Summer's here, so where's the fire?
PMV editor rants about the increasing number of wild fires.
Every year in the UAE there is a sure sign that summer has properly arrived. It isn’t the sudden and unbearable way that the mercury jumps ten degrees, nor is the garish yellow effigies of Modesh that pop up on the roadside in order to promote the summer sales.
No, the summer is marked by the increase in fires that ignite around the city I don’t have any data to suggest why this might be, nor to say that it does or doesn’t happen elsewhere in the gulf. Interestingly, the fires that have occurred over the past few days seem to have happened for very different reasons.
Firstly, part of the macaroni factory was razed, followed by a firetrap labour camp on the Abu Dhabi border.
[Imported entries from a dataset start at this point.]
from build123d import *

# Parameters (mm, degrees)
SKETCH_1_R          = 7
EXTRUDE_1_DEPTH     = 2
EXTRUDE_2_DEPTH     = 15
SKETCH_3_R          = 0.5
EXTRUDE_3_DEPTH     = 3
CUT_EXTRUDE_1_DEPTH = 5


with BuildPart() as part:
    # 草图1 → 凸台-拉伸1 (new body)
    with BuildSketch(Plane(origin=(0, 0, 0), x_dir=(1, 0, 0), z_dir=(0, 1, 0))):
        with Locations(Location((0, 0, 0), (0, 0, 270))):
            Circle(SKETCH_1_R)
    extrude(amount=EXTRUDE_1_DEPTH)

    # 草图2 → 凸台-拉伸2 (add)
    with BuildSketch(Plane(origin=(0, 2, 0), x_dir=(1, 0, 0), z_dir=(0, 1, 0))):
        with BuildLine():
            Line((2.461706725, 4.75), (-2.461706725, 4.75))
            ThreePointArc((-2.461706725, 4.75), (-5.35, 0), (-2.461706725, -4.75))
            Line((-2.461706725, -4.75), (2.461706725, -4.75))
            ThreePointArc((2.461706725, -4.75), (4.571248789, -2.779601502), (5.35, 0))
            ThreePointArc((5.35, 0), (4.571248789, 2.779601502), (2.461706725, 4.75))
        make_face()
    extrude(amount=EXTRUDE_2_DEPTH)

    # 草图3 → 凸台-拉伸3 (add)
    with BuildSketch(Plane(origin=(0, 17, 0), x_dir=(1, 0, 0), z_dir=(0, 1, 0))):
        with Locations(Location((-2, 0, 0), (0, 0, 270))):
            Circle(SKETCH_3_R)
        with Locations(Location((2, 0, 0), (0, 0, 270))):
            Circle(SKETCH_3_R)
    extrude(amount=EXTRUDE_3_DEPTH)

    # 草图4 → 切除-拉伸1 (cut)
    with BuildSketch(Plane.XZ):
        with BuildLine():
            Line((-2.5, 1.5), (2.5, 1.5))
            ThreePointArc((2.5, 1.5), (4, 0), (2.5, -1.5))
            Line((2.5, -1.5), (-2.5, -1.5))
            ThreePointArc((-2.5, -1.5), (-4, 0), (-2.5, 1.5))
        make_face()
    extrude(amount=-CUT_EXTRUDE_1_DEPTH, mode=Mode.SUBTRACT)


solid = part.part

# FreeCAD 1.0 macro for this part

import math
import FreeCAD as App
import Part
import Sketcher
from FreeCAD import Vector
Q = App.Units.Quantity

doc = App.newDocument("Part")
params = doc.addObject("Spreadsheet::Sheet", "Params")
for row, (alias, value) in enumerate([
    ("sketch1_diameter", "14 mm"),
    ("pad1_length", "2 mm"),
    ("sketch2_radius", "5.35 mm"),
    ("pad2_length", "15 mm"),
    ("sketch3_diameter", "1 mm"),
    ("pad3_length", "3 mm"),
    ("sketch4_radius", "1.5 mm"),
    ("sketch4_width", "5 mm"),
    ("pocket1_length", "5 mm"),
], start=1):
    params.set(f"A{row}", alias)
    params.set(f"B{row}", "=" + value)
    params.setAlias(f"B{row}", alias)

body = doc.addObject("PartDesign::Body", "Body")

sketch1 = body.newObject("Sketcher::SketchObject", "Sketch")
sketch1.AttachmentSupport = (doc.getObject("XZ_Plane"), [""])
sketch1.MapMode = "FlatFace"
sketch1.addGeometry(Part.Circle(Vector(0, 0, 0), Vector(0, 0, 1), 7), False)
sketch1.addConstraint([
    Sketcher.Constraint("Coincident", 0, 3, -1, 1),
    Sketcher.Constraint("Diameter", 0, Q("14 mm")),
])
sketch1.setExpression("Constraints[1]", "Params.sketch1_diameter")
pad1 = body.newObject("PartDesign::Pad", "Pad")
pad1.Profile = sketch1
pad1.setExpression("Length", "Params.pad1_length")
pad1.Reversed = True

sketch2 = body.newObject("Sketcher::SketchObject", "Sketch001")
sketch2.AttachmentSupport = (doc.getObject("XZ_Plane"), [""])
sketch2.MapMode = "FlatFace"
sketch2.AttachmentOffset = App.Placement(Vector(0, 0, -2), App.Rotation())
sketch2.addGeometry([
    Part.LineSegment(Vector(2.461707, -4.75, 0), Vector(-2.461707, -4.75, 0)),
    Part.ArcOfCircle(Part.Circle(Vector(0, 0, 0), Vector(0, 0, 1), 5.35), math.radians(117.395632), math.radians(242.604368)),
    Part.LineSegment(Vector(-2.461707, 4.75, 0), Vector(2.461707, 4.75, 0)),
    Part.ArcOfCircle(Part.Circle(Vector(0, 0, 0), Vector(0, 0, 1), 5.35), math.radians(0), math.radians(62.604368)),
    Part.ArcOfCircle(Part.Circle(Vector(0, 0, 0), Vector(0, 0, 1), 5.35), math.radians(-62.604368), math.radians(0)),
], False)
sketch2.addConstraint([
    Sketcher.Constraint("Coincident", 0, 2, 1, 2),
    Sketcher.Constraint("Coincident", 1, 1, 2, 1),
    Sketcher.Constraint("Coincident", 2, 2, 3, 2),
    Sketcher.Constraint("Tangent", 3, 1, 4, 2),
    Sketcher.Constraint("Coincident", 4, 1, 0, 1),
    Sketcher.Constraint("Horizontal", 0),
    Sketcher.Constraint("Horizontal", 2),
    Sketcher.Constraint("Coincident", 1, 3, -1, 1),
    Sketcher.Constraint("Coincident", 3, 3, -1, 1),
    Sketcher.Constraint("Equal", 1, 3),
    Sketcher.Constraint("Equal", 3, 4),
    Sketcher.Constraint("PointOnObject", 3, 1, -1),
    Sketcher.Constraint("Vertical", 0, 2, 1, 1),
    Sketcher.Constraint("Radius", 1, Q("5.35 mm")),
    Sketcher.Constraint("DistanceY", 0, 2, 1, 1, Q("9.5 mm")),
])
sketch2.setExpression("Constraints[13]", "Params.sketch2_radius")
pad2 = body.newObject("PartDesign::Pad", "Pad001")
pad2.Profile = sketch2
pad2.setExpression("Length", "Params.pad2_length")
pad2.Reversed = True

sketch3 = body.newObject("Sketcher::SketchObject", "Sketch002")
sketch3.AttachmentSupport = (doc.getObject("XZ_Plane"), [""])
sketch3.MapMode = "FlatFace"
sketch3.AttachmentOffset = App.Placement(Vector(0, 0, -17), App.Rotation())
sketch3.addGeometry([
    Part.Circle(Vector(-2, 0, 0), Vector(0, 0, 1), 0.5),
    Part.Circle(Vector(2, 0, 0), Vector(0, 0, 1), 0.5),
], False)
sketch3.addConstraint([
    Sketcher.Constraint("Equal", 0, 1),
    Sketcher.Constraint("Symmetric", 0, 3, 1, 3, -1, 1),
    Sketcher.Constraint("PointOnObject", 0, 3, -1),
    Sketcher.Constraint("Diameter", 0, Q("1 mm")),
    Sketcher.Constraint("DistanceX", 0, 3, -1, 1, Q("2 mm")),
])
sketch3.setExpression("Constraints[3]", "Params.sketch3_diameter")
pad3 = body.newObject("PartDesign::Pad", "Pad002")
pad3.Profile = sketch3
pad3.setExpression("Length", "Params.pad3_length")
pad3.Reversed = True

sketch4 = body.newObject("Sketcher::SketchObject", "Sketch003")
sketch4.AttachmentSupport = (doc.getObject("XZ_Plane"), [""])
sketch4.MapMode = "FlatFace"
sketch4.addGeometry([
    Part.LineSegment(Vector(2.5, 1.5, 0), Vector(-2.5, 1.5, 0)),
    Part.ArcOfCircle(Part.Circle(Vector(-2.5, 0, 0), Vector(0, 0, 1), 1.5), math.radians(90), math.radians(270)),
    Part.LineSegment(Vector(-2.5, -1.5, 0), Vector(2.5, -1.5, 0)),
    Part.ArcOfCircle(Part.Circle(Vector(2.5, 0, 0), Vector(0, 0, 1), 1.5), math.radians(-90), math.radians(90)),
], False)
sketch4.addConstraint([
    Sketcher.Constraint("Tangent", 0, 2, 1, 1),
    Sketcher.Constraint("Tangent", 1, 2, 2, 1),
    Sketcher.Constraint("Tangent", 2, 2, 3, 1),
    Sketcher.Constraint("Tangent", 3, 2, 0, 1),
    Sketcher.Constraint("Horizontal", 0),
    Sketcher.Constraint("Horizontal", 2),
    Sketcher.Constraint("Symmetric", 1, 3, 3, 3, -1, 1),
    Sketcher.Constraint("Radius", 1, Q("1.5 mm")),
    Sketcher.Constraint("DistanceX", 0, 2, 0, 1, Q("5 mm")),
])
sketch4.setExpression("Constraints[7]", "Params.sketch4_radius")
sketch4.setExpression("Constraints[8]", "Params.sketch4_width")
pocket1 = body.newObject("PartDesign::Pocket", "Pocket")
pocket1.Profile = sketch4
pocket1.setExpression("Length", "Params.pocket1_length")

doc.recompute()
Following this a couple of millionaire’s yachts over in Abu Dhabi city – and finally there was a fire that levelled several trucks and closed the border in the Rub Al Khali.
Despite being what must have been a trying week for the emergency services, it appears that by some miracle nobody was killed or seriously hurt in any of these conflagrations. However, the fire at the border raises some other heath and safety concerns.
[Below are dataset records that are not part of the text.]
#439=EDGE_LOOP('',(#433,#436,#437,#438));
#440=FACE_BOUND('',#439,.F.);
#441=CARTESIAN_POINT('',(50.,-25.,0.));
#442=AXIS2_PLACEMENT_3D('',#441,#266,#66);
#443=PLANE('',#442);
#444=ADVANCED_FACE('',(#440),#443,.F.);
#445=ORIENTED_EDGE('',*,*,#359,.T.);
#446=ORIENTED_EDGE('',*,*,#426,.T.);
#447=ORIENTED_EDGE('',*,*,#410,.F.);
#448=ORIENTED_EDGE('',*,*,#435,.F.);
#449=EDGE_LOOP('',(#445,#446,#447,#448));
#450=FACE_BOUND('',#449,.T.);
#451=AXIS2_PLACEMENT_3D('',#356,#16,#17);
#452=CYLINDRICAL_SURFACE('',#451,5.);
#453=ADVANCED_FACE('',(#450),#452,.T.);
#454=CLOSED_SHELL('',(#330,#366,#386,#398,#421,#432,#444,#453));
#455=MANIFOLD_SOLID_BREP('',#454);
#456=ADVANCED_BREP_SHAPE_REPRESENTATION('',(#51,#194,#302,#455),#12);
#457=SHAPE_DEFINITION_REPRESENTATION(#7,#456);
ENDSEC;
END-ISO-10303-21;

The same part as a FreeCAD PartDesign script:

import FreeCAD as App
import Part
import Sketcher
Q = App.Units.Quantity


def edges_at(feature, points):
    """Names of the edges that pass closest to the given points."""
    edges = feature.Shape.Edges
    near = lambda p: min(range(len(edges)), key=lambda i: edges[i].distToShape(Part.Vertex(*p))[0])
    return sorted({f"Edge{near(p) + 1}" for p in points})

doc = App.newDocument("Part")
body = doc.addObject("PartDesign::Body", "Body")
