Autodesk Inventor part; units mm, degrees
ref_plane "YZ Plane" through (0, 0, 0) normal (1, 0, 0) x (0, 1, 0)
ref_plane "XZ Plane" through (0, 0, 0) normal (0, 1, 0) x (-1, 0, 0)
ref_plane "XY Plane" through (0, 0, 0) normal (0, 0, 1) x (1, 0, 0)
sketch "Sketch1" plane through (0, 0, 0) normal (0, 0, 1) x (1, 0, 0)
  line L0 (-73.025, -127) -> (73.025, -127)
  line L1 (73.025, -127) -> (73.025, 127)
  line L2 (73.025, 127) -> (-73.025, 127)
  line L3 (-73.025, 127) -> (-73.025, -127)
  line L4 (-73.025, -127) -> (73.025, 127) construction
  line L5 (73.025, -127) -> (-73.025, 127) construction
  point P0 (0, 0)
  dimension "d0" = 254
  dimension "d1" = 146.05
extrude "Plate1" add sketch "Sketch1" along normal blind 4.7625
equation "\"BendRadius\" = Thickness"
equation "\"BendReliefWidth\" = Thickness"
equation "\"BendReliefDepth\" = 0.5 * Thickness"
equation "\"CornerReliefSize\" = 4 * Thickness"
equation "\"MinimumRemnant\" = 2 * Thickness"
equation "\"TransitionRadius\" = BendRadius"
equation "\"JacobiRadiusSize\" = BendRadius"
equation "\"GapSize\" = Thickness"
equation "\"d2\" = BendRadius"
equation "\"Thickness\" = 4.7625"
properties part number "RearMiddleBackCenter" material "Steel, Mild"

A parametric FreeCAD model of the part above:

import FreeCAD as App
import Part
import Sketcher
from FreeCAD import Vector
Q = App.Units.Quantity


def add_polygon(sketch, points):
    """Adds a closed chain of lines whose ends are joined by coincident constraints."""
    first, n = sketch.GeometryCount, len(points)
    for a, b in zip(points, points[1:] + points[:1]):
        sketch.addGeometry(Part.LineSegment(App.Vector(*a, 0), App.Vector(*b, 0)), False)
    for i in range(n):
        sketch.addConstraint(Sketcher.Constraint("Coincident", first + i, 2, first + (i + 1) % n, 1))

doc = App.newDocument("Part")
body = doc.addObject("PartDesign::Body", "Body")

# Sketch on XY plane
sketch1 = body.newObject("Sketcher::SketchObject", "Sketch")
sketch1.AttachmentSupport = (doc.getObject("XY_Plane"), [""])
sketch1.MapMode = "FlatFace"
add_polygon(sketch1, [(-73, 127), (-73, -127), (73, -127), (73, 127)])  # lines 0-3
sketch1.addConstraint([
    Sketcher.Constraint("Vertical", 0),
    Sketcher.Constraint("Horizontal", 1),
    Sketcher.Constraint("Vertical", 2),
    Sketcher.Constraint("Horizontal", 3),
    Sketcher.Constraint("Symmetric", 0, 2, 2, 2, -1, 1),
    Sketcher.Constraint("DistanceY", 0, 2, 0, 1, Q("10 in")),
    Sketcher.Constraint("DistanceX", 1, 1, 1, 2, Q("5.75 in")),
])
pad1 = body.newObject("PartDesign::Pad", "Pad")
pad1.Profile = sketch1
pad1.Length = Q("0.1875 in")

doc.recompute()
The border post was closed, leaving the remaining drivers stuck for the best of a day in 47 degree heat. As usual, the UAE Red Crescent was on hand to distribute aid, but it isn’t at all clear to me why a fire which didn’t affect the operation of the border post should delay the crossing at all?
Even more accurately, it brings attention to the plight of drivers stuck at this dreadful crossing point. Of course it is important to have security checks, but the amount of time they take on the Saudi side is ridiculous.
Part of the problem is that truck drivers are to an extent an ‘unseen’ minority – if you tried holding GCC nationals or Europeans up at a border point for 20 hours at a time, they would let you know about it. The other part seems to be a reliance on slow and ancient technology, fingerprinting for example. Have these people not heard of iris scanning?
From a fleet managers point of view, the problem goes beyond flaked-out drivers. When the wheels aren’t turning somebody is loosing money – and times that by the amount of trucks in the 25km tailback, and you will see why I believe that modernising border control through the GCC should be the burning priority this summer.